Although storing data requires a running ArangoDB instance to be accessible, some of Spidergram's APIs (in particular the parsing tools) can be used without persisting any documents to the Database.
The Spidergram
class is responsible for bootstrapping default settings, custom config files, and so on. Although you can use any of Spidergram's individual components without it (loading the Spider class and explicitly setting all of its config options before running it, for example), letting the central config manager keep track of things like your URL normalization and filtering rules in one place can save a lot of frustration.
To use it, just import the Spidergram
class, call its static load()
method, and await the returned Promise.

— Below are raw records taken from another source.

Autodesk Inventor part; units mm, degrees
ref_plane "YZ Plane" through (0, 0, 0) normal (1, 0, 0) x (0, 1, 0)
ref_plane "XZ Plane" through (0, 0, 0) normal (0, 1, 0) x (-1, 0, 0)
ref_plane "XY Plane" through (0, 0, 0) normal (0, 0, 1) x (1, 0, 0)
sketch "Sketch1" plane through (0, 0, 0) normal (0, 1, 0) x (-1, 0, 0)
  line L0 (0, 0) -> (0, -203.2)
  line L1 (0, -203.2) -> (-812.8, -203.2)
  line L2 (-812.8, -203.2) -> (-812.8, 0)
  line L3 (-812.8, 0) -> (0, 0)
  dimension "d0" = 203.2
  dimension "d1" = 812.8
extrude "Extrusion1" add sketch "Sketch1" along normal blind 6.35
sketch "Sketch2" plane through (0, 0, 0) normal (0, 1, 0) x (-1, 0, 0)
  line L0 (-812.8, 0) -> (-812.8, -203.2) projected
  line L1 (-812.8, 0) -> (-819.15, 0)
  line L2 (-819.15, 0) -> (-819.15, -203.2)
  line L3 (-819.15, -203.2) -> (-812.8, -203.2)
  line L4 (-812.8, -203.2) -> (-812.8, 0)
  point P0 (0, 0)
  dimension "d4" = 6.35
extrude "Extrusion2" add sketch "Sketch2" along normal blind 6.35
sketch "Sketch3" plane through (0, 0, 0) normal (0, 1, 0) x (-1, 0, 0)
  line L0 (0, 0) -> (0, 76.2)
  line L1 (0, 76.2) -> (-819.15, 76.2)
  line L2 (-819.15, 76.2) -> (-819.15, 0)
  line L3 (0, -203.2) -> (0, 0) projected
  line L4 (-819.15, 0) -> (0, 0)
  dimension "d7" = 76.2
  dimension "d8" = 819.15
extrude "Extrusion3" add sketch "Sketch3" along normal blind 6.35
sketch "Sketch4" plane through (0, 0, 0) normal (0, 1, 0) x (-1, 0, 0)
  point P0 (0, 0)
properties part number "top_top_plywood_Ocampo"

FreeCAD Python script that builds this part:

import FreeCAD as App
import Part
import Sketcher
Q = App.Units.Quantity

doc = App.newDocument("Part")
body = doc.addObject("PartDesign::Body", "Body")

sketch1 = body.newObject("Sketcher::SketchObject", "Sketch")
sketch1.AttachmentSupport = (doc.getObject("XZ_Plane"), [""])
sketch1.MapMode = "FlatFace"
sketch1.addGeometry([
    Part.LineSegment(App.Vector(0, -203, 0), App.Vector(0, 0, 0)),
    Part.LineSegment(App.Vector(0, 0, 0), App.Vector(813, 0, 0)),
    Part.LineSegment(App.Vector(813, 0, 0), App.Vector(813, -203, 0)),
    Part.LineSegment(App.Vector(813, -203, 0), App.Vector(0, -203, 0)),
], False)
sketch1.addConstraint([
    Sketcher.Constraint("Coincident", 0, 2, 1, 1),
    Sketcher.Constraint("Coincident", 1, 2, 2, 1),
    Sketcher.Constraint("Coincident", 2, 2, 3, 1),
    Sketcher.Constraint("Coincident", 3, 2, 0, 1),
    Sketcher.Constraint("Vertical", 0),
    Sketcher.Constraint("Horizontal", 1),
    Sketcher.Constraint("Vertical", 2),
    Sketcher.Constraint("Horizontal", 3),
    Sketcher.Constraint("Coincident", 0, 2, -1, 1),
    Sketcher.Constraint("DistanceX", 1, 1, 1, 2, Q("32 in")),
    Sketcher.Constraint("DistanceY", 0, 1, 0, 2, Q("8 in")),
])
pad1 = body.newObject("PartDesign::Pad", "Pad")
pad1.Profile = sketch1
pad1.Length = Q("0.25 in")
pad1.Reversed = True

sketch2 = body.newObject("Sketcher::SketchObject", "Sketch001")
sketch2.AttachmentSupport = (doc.getObject("XZ_Plane"), [""])
sketch2.MapMode = "FlatFace"
sketch2.addGeometry([
    Part.LineSegment(App.Vector(813, -203, 0), App.Vector(813, 0, 0)),
    Part.LineSegment(App.Vector(813, 0, 0), App.Vector(819, 0, 0)),
    Part.LineSegment(App.Vector(819, 0, 0), App.Vector(819, -203, 0)),
    Part.LineSegment(App.Vector(819, -203, 0), App.Vector(813, -203, 0)),
], False)
sketch2.addConstraint([
    Sketcher.Constraint("Coincident", 0, 2, 1, 1),
    Sketcher.Constraint("Coincident", 1, 2, 2, 1),
    Sketcher.Constraint("Coincident", 2, 2, 3, 1),
    Sketcher.Constraint("Coincident", 3, 2, 0, 1),
    Sketcher.Constraint("Vertical", 0),
    Sketcher.Constraint("Horizontal", 1),
    Sketcher.Constraint("Vertical", 2),
    Sketcher.Constraint("Horizontal", 3),
    Sketcher.Constraint("PointOnObject", 0, 2, -1),
    Sketcher.Constraint("DistanceX", 1, 1, 1, 2, Q("0.25 in")),
    Sketcher.Constraint("DistanceY", 0, 1, 0, 2, Q("8 in")),
    Sketcher.Constraint("DistanceX", -1, 1, 0, 2, Q("32 in")),
])
pad2 = body.newObject("PartDesign::Pad", "Pad001")
pad2.Profile = sketch2
pad2.Length = Q("0.25 in")
pad2.Reversed = True

sketch3 = body.newObject("Sketcher::SketchObject", "Sketch002")
sketch3.AttachmentSupport = (doc.getObject("XZ_Plane"), [""])
sketch3.MapMode = "FlatFace"
sketch3.addGeometry([
    Part.LineSegment(App.Vector(819, 0, 0), App.Vector(0, 0, 0)),
    Part.LineSegment(App.Vector(0, 0, 0), App.Vector(0, 76, 0)),
    Part.LineSegment(App.Vector(0, 76, 0), App.Vector(819, 76, 0)),
    Part.LineSegment(App.Vector(819, 76, 0), App.Vector(819, 0, 0)),
], False)
sketch3.addConstraint([
    Sketcher.Constraint("Coincident", 0, 2, 1, 1),
    Sketcher.Constraint("Coincident", 1, 2, 2, 1),
    Sketcher.Constraint("Coincident", 2, 2, 3, 1),
    Sketcher.Constraint("Coincident", 3, 2, 0, 1),
    Sketcher.Constraint("Horizontal", 0),
    Sketcher.Constraint("Vertical", 1),
    Sketcher.Constraint("Horizontal", 2),
    Sketcher.Constraint("Vertical", 3),
    Sketcher.Constraint("Coincident", 0, 2, -1, 1),
    Sketcher.Constraint("DistanceY", 1, 1, 1, 2, Q("3 in")),
    Sketcher.Constraint("DistanceX", 0, 2, 0, 1, Q("32.25 in")),
])
pad3 = body.newObject("PartDesign::Pad", "Pad002")
pad3.Profile = sketch3
pad3.Length = Q("0.25 in")
pad3.Reversed = True

doc.recompute()
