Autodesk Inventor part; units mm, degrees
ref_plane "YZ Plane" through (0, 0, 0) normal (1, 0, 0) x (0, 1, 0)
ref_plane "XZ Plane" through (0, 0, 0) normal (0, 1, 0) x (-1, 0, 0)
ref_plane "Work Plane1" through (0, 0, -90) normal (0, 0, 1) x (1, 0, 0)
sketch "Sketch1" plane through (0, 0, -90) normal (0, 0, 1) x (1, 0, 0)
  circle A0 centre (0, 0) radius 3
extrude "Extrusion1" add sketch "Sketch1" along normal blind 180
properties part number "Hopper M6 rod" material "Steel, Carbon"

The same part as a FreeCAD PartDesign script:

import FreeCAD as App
import Part
import Sketcher

V = App.Vector

doc = App.newDocument("Part")
body = doc.addObject("PartDesign::Body", "Body")

sketch1 = body.newObject("Sketcher::SketchObject", "Sketch")
sketch1.AttachmentSupport = (doc.getObject("XY_Plane"), [""])
sketch1.MapMode = "FlatFace"
sketch1.AttachmentOffset = App.Placement(V(0, 0, -90), App.Rotation())
sketch1.addGeometry(Part.Circle(V(0, 0, 0), V(0, 0, 1), 3), False)
sketch1.addConstraint([
    Sketcher.Constraint("Coincident", 0, 3, -1, 1),
    Sketcher.Constraint("Diameter", 0, 6.0),
])
pad1 = body.newObject("PartDesign::Pad", "Pad")
pad1.Profile = sketch1
pad1.Length = 180

doc.recompute()
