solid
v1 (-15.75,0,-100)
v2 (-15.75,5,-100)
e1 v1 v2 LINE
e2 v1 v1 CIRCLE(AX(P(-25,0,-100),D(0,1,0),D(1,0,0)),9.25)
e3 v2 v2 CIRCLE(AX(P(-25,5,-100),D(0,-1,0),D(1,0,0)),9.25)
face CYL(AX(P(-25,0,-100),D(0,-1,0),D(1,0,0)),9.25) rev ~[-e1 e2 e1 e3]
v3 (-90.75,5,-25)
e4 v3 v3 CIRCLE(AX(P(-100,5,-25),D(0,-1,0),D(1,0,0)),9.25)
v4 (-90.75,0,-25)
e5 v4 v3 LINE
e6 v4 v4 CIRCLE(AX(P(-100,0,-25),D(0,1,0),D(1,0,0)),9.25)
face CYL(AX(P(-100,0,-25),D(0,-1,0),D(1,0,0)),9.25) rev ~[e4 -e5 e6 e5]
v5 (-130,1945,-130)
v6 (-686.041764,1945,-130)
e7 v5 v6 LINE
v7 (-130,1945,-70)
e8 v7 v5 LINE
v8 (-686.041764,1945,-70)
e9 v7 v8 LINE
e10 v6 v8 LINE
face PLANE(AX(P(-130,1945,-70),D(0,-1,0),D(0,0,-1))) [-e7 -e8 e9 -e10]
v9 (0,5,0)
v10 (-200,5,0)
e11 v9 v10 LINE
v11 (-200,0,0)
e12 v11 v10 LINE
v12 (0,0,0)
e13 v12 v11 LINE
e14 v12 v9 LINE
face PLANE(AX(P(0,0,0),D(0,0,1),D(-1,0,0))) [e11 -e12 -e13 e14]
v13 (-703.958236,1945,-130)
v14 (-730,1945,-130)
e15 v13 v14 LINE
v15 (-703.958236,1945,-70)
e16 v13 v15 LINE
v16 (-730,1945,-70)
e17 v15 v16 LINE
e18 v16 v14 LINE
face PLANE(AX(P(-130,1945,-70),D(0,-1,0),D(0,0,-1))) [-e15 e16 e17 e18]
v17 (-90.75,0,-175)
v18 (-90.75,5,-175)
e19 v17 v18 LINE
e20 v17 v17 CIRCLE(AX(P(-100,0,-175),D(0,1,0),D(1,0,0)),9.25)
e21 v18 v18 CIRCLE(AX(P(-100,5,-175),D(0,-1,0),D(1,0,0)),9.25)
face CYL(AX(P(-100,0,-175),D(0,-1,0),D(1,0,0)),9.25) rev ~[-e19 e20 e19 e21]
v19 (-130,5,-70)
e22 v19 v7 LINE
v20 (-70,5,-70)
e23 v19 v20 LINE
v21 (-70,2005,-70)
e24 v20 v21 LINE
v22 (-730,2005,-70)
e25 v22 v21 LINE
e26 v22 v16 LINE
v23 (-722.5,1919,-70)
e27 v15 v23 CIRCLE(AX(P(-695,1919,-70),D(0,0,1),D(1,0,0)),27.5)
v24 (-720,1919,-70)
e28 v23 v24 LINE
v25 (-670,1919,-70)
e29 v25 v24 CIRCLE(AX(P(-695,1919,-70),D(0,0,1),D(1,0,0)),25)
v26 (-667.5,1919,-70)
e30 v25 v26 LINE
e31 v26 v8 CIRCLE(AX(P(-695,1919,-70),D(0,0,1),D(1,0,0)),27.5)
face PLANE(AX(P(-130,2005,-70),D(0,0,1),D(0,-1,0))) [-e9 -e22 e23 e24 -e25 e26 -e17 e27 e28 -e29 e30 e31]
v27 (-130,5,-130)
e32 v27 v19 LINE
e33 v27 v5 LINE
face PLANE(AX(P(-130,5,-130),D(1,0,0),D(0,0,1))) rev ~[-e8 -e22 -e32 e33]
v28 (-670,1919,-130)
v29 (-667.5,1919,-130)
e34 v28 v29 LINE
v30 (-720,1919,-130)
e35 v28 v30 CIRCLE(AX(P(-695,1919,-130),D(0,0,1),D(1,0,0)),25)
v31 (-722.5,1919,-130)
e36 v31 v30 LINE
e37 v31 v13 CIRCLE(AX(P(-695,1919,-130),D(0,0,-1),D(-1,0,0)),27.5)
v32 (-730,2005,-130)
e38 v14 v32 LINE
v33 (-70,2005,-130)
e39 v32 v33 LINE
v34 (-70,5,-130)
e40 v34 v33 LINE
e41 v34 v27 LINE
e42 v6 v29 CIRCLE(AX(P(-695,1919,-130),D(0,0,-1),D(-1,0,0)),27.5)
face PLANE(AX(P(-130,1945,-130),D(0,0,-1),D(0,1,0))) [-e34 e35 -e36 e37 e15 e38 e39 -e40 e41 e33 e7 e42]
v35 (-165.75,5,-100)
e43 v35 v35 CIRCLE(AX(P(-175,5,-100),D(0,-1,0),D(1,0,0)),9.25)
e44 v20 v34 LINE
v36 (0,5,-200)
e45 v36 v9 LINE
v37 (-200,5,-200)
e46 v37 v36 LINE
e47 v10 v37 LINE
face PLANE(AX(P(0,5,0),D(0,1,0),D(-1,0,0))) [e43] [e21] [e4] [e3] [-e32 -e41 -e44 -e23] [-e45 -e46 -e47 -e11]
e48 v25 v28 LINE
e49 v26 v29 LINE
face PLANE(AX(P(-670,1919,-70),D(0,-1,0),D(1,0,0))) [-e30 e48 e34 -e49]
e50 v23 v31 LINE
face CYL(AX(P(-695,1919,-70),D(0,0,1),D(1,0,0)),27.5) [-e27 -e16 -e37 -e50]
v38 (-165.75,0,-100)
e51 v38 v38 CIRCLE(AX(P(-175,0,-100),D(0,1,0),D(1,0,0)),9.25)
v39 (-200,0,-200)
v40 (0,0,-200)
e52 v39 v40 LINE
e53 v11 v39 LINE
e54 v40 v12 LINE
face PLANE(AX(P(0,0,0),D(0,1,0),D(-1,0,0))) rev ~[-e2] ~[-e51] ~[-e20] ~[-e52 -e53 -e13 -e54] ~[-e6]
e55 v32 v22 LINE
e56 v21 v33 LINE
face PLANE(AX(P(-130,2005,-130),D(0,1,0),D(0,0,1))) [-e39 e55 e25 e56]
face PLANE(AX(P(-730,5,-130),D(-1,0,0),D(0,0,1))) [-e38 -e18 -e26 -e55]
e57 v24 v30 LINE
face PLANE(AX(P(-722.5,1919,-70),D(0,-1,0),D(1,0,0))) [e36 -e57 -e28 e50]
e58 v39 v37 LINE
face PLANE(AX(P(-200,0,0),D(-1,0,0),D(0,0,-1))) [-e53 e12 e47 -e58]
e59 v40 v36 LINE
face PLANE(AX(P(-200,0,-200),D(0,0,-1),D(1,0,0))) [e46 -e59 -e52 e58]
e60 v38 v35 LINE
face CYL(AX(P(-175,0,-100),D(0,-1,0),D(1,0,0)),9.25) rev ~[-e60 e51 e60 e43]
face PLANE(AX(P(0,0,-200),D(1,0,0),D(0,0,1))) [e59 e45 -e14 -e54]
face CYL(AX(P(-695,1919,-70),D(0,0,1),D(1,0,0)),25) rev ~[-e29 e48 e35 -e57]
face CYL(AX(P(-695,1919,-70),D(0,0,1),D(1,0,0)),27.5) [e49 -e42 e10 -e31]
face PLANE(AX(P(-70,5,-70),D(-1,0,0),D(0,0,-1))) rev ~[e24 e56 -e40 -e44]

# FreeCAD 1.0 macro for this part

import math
import FreeCAD as App
import Part
import Sketcher
from FreeCAD import Vector

doc = App.newDocument("Part")
params = doc.addObject("Spreadsheet::Sheet", "Params")
for row, (alias, value) in enumerate([
    ("sketch1_width", "200 mm"),
    ("pad1_length", "5 mm"),
    ("sketch2_width", "60 mm"),
    ("pad2_length", "2000 mm"),
    ("sketch3_width", "60 mm"),
    ("pad3_length", "600 mm"),
    ("sketch4_radius", "25 mm"),
    ("sketch4_radius2", "27.5 mm"),
    ("pad4_length", "60 mm"),
    ("sketch5_diameter", "18.5 mm"),
    ("pocket1_length", "10 mm"),
], start=1):
    params.set(f"A{row}", alias)
    params.set(f"B{row}", "=" + value)
    params.setAlias(f"B{row}", alias)

body = doc.addObject("PartDesign::Body", "Body")

# Sketch on XZ plane
sketch1 = doc.addObject("Sketcher::SketchObject", "Sketch")
body.addObject(sketch1)
sketch1.AttachmentSupport = (doc.XZ_Plane, [""])
sketch1.MapMode = "FlatFace"
sketch1.addGeometry([
    Part.LineSegment(Vector(-200, 0, 0), Vector(0, 0, 0)),
    Part.LineSegment(Vector(0, 0, 0), Vector(0, -200, 0)),
    Part.LineSegment(Vector(0, -200, 0), Vector(-200, -200, 0)),
    Part.LineSegment(Vector(-200, -200, 0), Vector(-200, 0, 0)),
], False)
sketch1.addConstraint([
    Sketcher.Constraint("Coincident", 0, 2, 1, 1),
    Sketcher.Constraint("Coincident", 1, 2, 2, 1),
    Sketcher.Constraint("Coincident", 2, 2, 3, 1),
    Sketcher.Constraint("Coincident", 3, 2, 0, 1),
    Sketcher.Constraint("Horizontal", 0),
    Sketcher.Constraint("Vertical", 1),
    Sketcher.Constraint("Horizontal", 2),
    Sketcher.Constraint("Vertical", 3),
    Sketcher.Constraint("Coincident", 0, 2, -1, 1),
    Sketcher.Constraint("Equal", 2, 1),
    Sketcher.Constraint("DistanceX", 0, 1, 0, 2, 200.0),
])
sketch1.setExpression("Constraints[10]", "Params.sketch1_width")
pad1 = doc.addObject("PartDesign::Pad", "Pad")
body.addObject(pad1)
pad1.Profile = sketch1
pad1.setExpression("Length", "Params.pad1_length")
pad1.Reversed = True

# Sketch on XZ plane
sketch2 = doc.addObject("Sketcher::SketchObject", "Sketch001")
body.addObject(sketch2)
sketch2.AttachmentSupport = (doc.XZ_Plane, [""])
sketch2.MapMode = "FlatFace"
sketch2.AttachmentOffset = App.Placement(Vector(0, 0, -5), App.Rotation())
sketch2.addGeometry([
    Part.LineSegment(Vector(-130, -130, 0), Vector(-130, -70, 0)),
    Part.LineSegment(Vector(-130, -70, 0), Vector(-70, -70, 0)),
    Part.LineSegment(Vector(-70, -70, 0), Vector(-70, -130, 0)),
    Part.LineSegment(Vector(-70, -130, 0), Vector(-130, -130, 0)),
], False)
sketch2.addConstraint([
    Sketcher.Constraint("Coincident", 0, 2, 1, 1),
    Sketcher.Constraint("Coincident", 1, 2, 2, 1),
    Sketcher.Constraint("Coincident", 2, 2, 3, 1),
    Sketcher.Constraint("Coincident", 3, 2, 0, 1),
    Sketcher.Constraint("Vertical", 0),
    Sketcher.Constraint("Horizontal", 1),
    Sketcher.Constraint("Vertical", 2),
    Sketcher.Constraint("Horizontal", 3),
    Sketcher.Constraint("Equal", 3, 0),
    Sketcher.Constraint("DistanceX", 1, 1, 1, 2, 60.0),
    Sketcher.Constraint("DistanceY", 0, 2, -1, 1, 70.0),
    Sketcher.Constraint("DistanceX", 1, 2, -1, 1, 70.0),
])
sketch2.setExpression("Constraints[9]", "Params.sketch2_width")
pad2 = doc.addObject("PartDesign::Pad", "Pad001")
body.addObject(pad2)
pad2.Profile = sketch2
pad2.setExpression("Length", "Params.pad2_length")
pad2.Reversed = True

# Sketch on YZ plane
sketch3 = doc.addObject("Sketcher::SketchObject", "Sketch002")
body.addObject(sketch3)
sketch3.AttachmentSupport = (doc.YZ_Plane, [""])
sketch3.MapMode = "FlatFace"
sketch3.AttachmentOffset = App.Placement(Vector(0, 0, -130), App.Rotation())
sketch3.addGeometry([
    Part.LineSegment(Vector(2005, -130, 0), Vector(1945, -130, 0)),
    Part.LineSegment(Vector(1945, -130, 0), Vector(1945, -70, 0)),
    Part.LineSegment(Vector(1945, -70, 0), Vector(2005, -70, 0)),
    Part.LineSegment(Vector(2005, -70, 0), Vector(2005, -130, 0)),
], False)
sketch3.addConstraint([
    Sketcher.Constraint("Coincident", 0, 2, 1, 1),
    Sketcher.Constraint("Coincident", 1, 2, 2, 1),
    Sketcher.Constraint("Coincident", 2, 2, 3, 1),
    Sketcher.Constraint("Coincident", 3, 2, 0, 1),
    Sketcher.Constraint("Horizontal", 0),
    Sketcher.Constraint("Vertical", 1),
    Sketcher.Constraint("Horizontal", 2),
    Sketcher.Constraint("Vertical", 3),
    Sketcher.Constraint("Equal", 2, 1),
    Sketcher.Constraint("DistanceX", 0, 2, 0, 1, 60.0),
    Sketcher.Constraint("DistanceX", -1, 1, 0, 2, 1945.0),
    Sketcher.Constraint("DistanceY", 0, 2, -1, 1, 130.0),
])
sketch3.setExpression("Constraints[9]", "Params.sketch3_width")
pad3 = doc.addObject("PartDesign::Pad", "Pad002")
body.addObject(pad3)
pad3.Profile = sketch3
pad3.setExpression("Length", "Params.pad3_length")
pad3.Reversed = True

# Sketch on XY plane
sketch4 = doc.addObject("Sketcher::SketchObject", "Sketch003")
body.addObject(sketch4)
sketch4.AttachmentSupport = (doc.XY_Plane, [""])
sketch4.MapMode = "FlatFace"
sketch4.AttachmentOffset = App.Placement(Vector(0, 0, -70), App.Rotation())
sketch4.addGeometry([
    Part.ArcOfCircle(Part.Circle(Vector(-695, 1919, 0), Vector(0, 0, 1), 25), math.radians(0), math.radians(180)),
    Part.LineSegment(Vector(-670, 1919, 0), Vector(-667.5, 1919, 0)),
    Part.ArcOfCircle(Part.Circle(Vector(-695, 1919, 0), Vector(0, 0, 1), 27.5), math.radians(0), math.radians(180)),
    Part.LineSegment(Vector(-722.5, 1919, 0), Vector(-720, 1919, 0)),
], False)
sketch4.addConstraint([
    Sketcher.Constraint("Coincident", 0, 1, 1, 1),
    Sketcher.Constraint("Coincident", 1, 2, 2, 1),
    Sketcher.Constraint("Coincident", 2, 2, 3, 1),
    Sketcher.Constraint("Coincident", 3, 2, 0, 2),
    Sketcher.Constraint("Horizontal", 1),
    Sketcher.Constraint("Horizontal", 3),
    Sketcher.Constraint("Coincident", 2, 3, 0, 3),
    Sketcher.Constraint("Horizontal", 2, 3, 0, 1),
    Sketcher.Constraint("Horizontal", 1, 2, 2, 2),
    Sketcher.Constraint("Radius", 0, 25.0),
    Sketcher.Constraint("Radius", 2, 27.5),
    Sketcher.Constraint("DistanceX", 0, 3, -1, 1, 695.0),
    Sketcher.Constraint("DistanceY", -1, 1, 0, 3, 1919.0),
])
sketch4.setExpression("Constraints[9]", "Params.sketch4_radius")
sketch4.setExpression("Constraints[10]", "Params.sketch4_radius2")
pad4 = doc.addObject("PartDesign::Pad", "Pad003")
body.addObject(pad4)
pad4.Profile = sketch4
pad4.setExpression("Length", "Params.pad4_length")
pad4.Reversed = True

# Sketch on XZ plane
sketch5 = doc.addObject("Sketcher::SketchObject", "Sketch004")
body.addObject(sketch5)
sketch5.AttachmentSupport = (doc.XZ_Plane, [""])
sketch5.MapMode = "FlatFace"
sketch5.addGeometry([
    Part.Circle(Vector(-25, -100, 0), Vector(0, 0, 1), 9),
    Part.Circle(Vector(-100, -25, 0), Vector(0, 0, 1), 9),
    Part.Circle(Vector(-100, -175, 0), Vector(0, 0, 1), 9),
    Part.Circle(Vector(-175, -100, 0), Vector(0, 0, 1), 9),
], False)
sketch5.addConstraint([
    Sketcher.Constraint("Equal", 0, 1),
    Sketcher.Constraint("Equal", 1, 2),
    Sketcher.Constraint("Equal", 2, 3),
    Sketcher.Constraint("Horizontal", 0, 3, 3, 3),
    Sketcher.Constraint("Vertical", 1, 3, 2, 3),
    Sketcher.Constraint("Diameter", 0, 18.5),
    Sketcher.Constraint("DistanceX", 1, 3, 0, 3, 75.0),
    Sketcher.Constraint("DistanceY", 0, 3, 1, 3, 75.0),
    Sketcher.Constraint("DistanceY", 2, 3, 0, 3, 75.0),
    Sketcher.Constraint("DistanceX", 3, 3, 1, 3, 75.0),
    Sketcher.Constraint("DistanceX", 0, 3, -1, 1, 25.0),
    Sketcher.Constraint("DistanceY", 0, 3, -1, 1, 100.0),
])
sketch5.setExpression("Constraints[5]", "Params.sketch5_diameter")
pocket1 = doc.addObject("PartDesign::Pocket", "Pocket")
body.addObject(pocket1)
pocket1.Profile = sketch5
pocket1.setExpression("Length", "Params.pocket1_length")

doc.recompute()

Doing this at the beginning of any custom code that uses Spidergram's tools ensures that your global configuration is applied consistently.
import { Spidergram } from 'spidergram';
await Spidergram.load();
TBD; the Query
class can do quite a bit of heavy lifting and the Spidergram
global configuration has an arango
property that gives you access to a straight ArangoDB connection where documents can be saved, loaded, etc.
In a node.js project, import and create an instance of the 'Spider' class. Call its run()
method, passing in one or more URLs — without any other options, Spidergram will hit those URLs, save their contents to the database, search for other links within the same domain, and follow them until it's visited and saved everything it can find.
import { Spider } from 'spidergram';
await new Spider().run('https://example.com');
An Options object can be passed into the Spider when it's created to override its default behaviors.
const spider = new Spider({
maxConcurrency: 2, // Run two headless browsers in parallel
maxRequestsPerMinute: 60, // Limit them to 1 request per second
downloadMimeTypes: ['application/pdf'], // Download any PDF files encountered
pageHandler: ({ page, saveResource, enqueueUrls }) => {
// 'page' is the Playwright page object; you can use it to control
// the browser, grab HTML snippets, take screenshots, and more.
const html = await page.content();
// Save metadata about the current page to the database, with the raw
// page markup in the resource's "body" property
await saveResource({ body: html })
// Find URLs on the page, record them all in the database, and visit
// any that match our target domain.
await enqueueUrls();
}
});
await spider.run('https://example.com');
The Spider class is an event emitter; to monitor its progress, you can subscribe to its progress and end events:
const spider = new Spider({ ...options });
spider.on('progress', (status, url) => { console.log(`Crawled ${url}`); })
spider.on('end', () => { console.log('Crawl complete!'); });
await spider.run('https://example.com');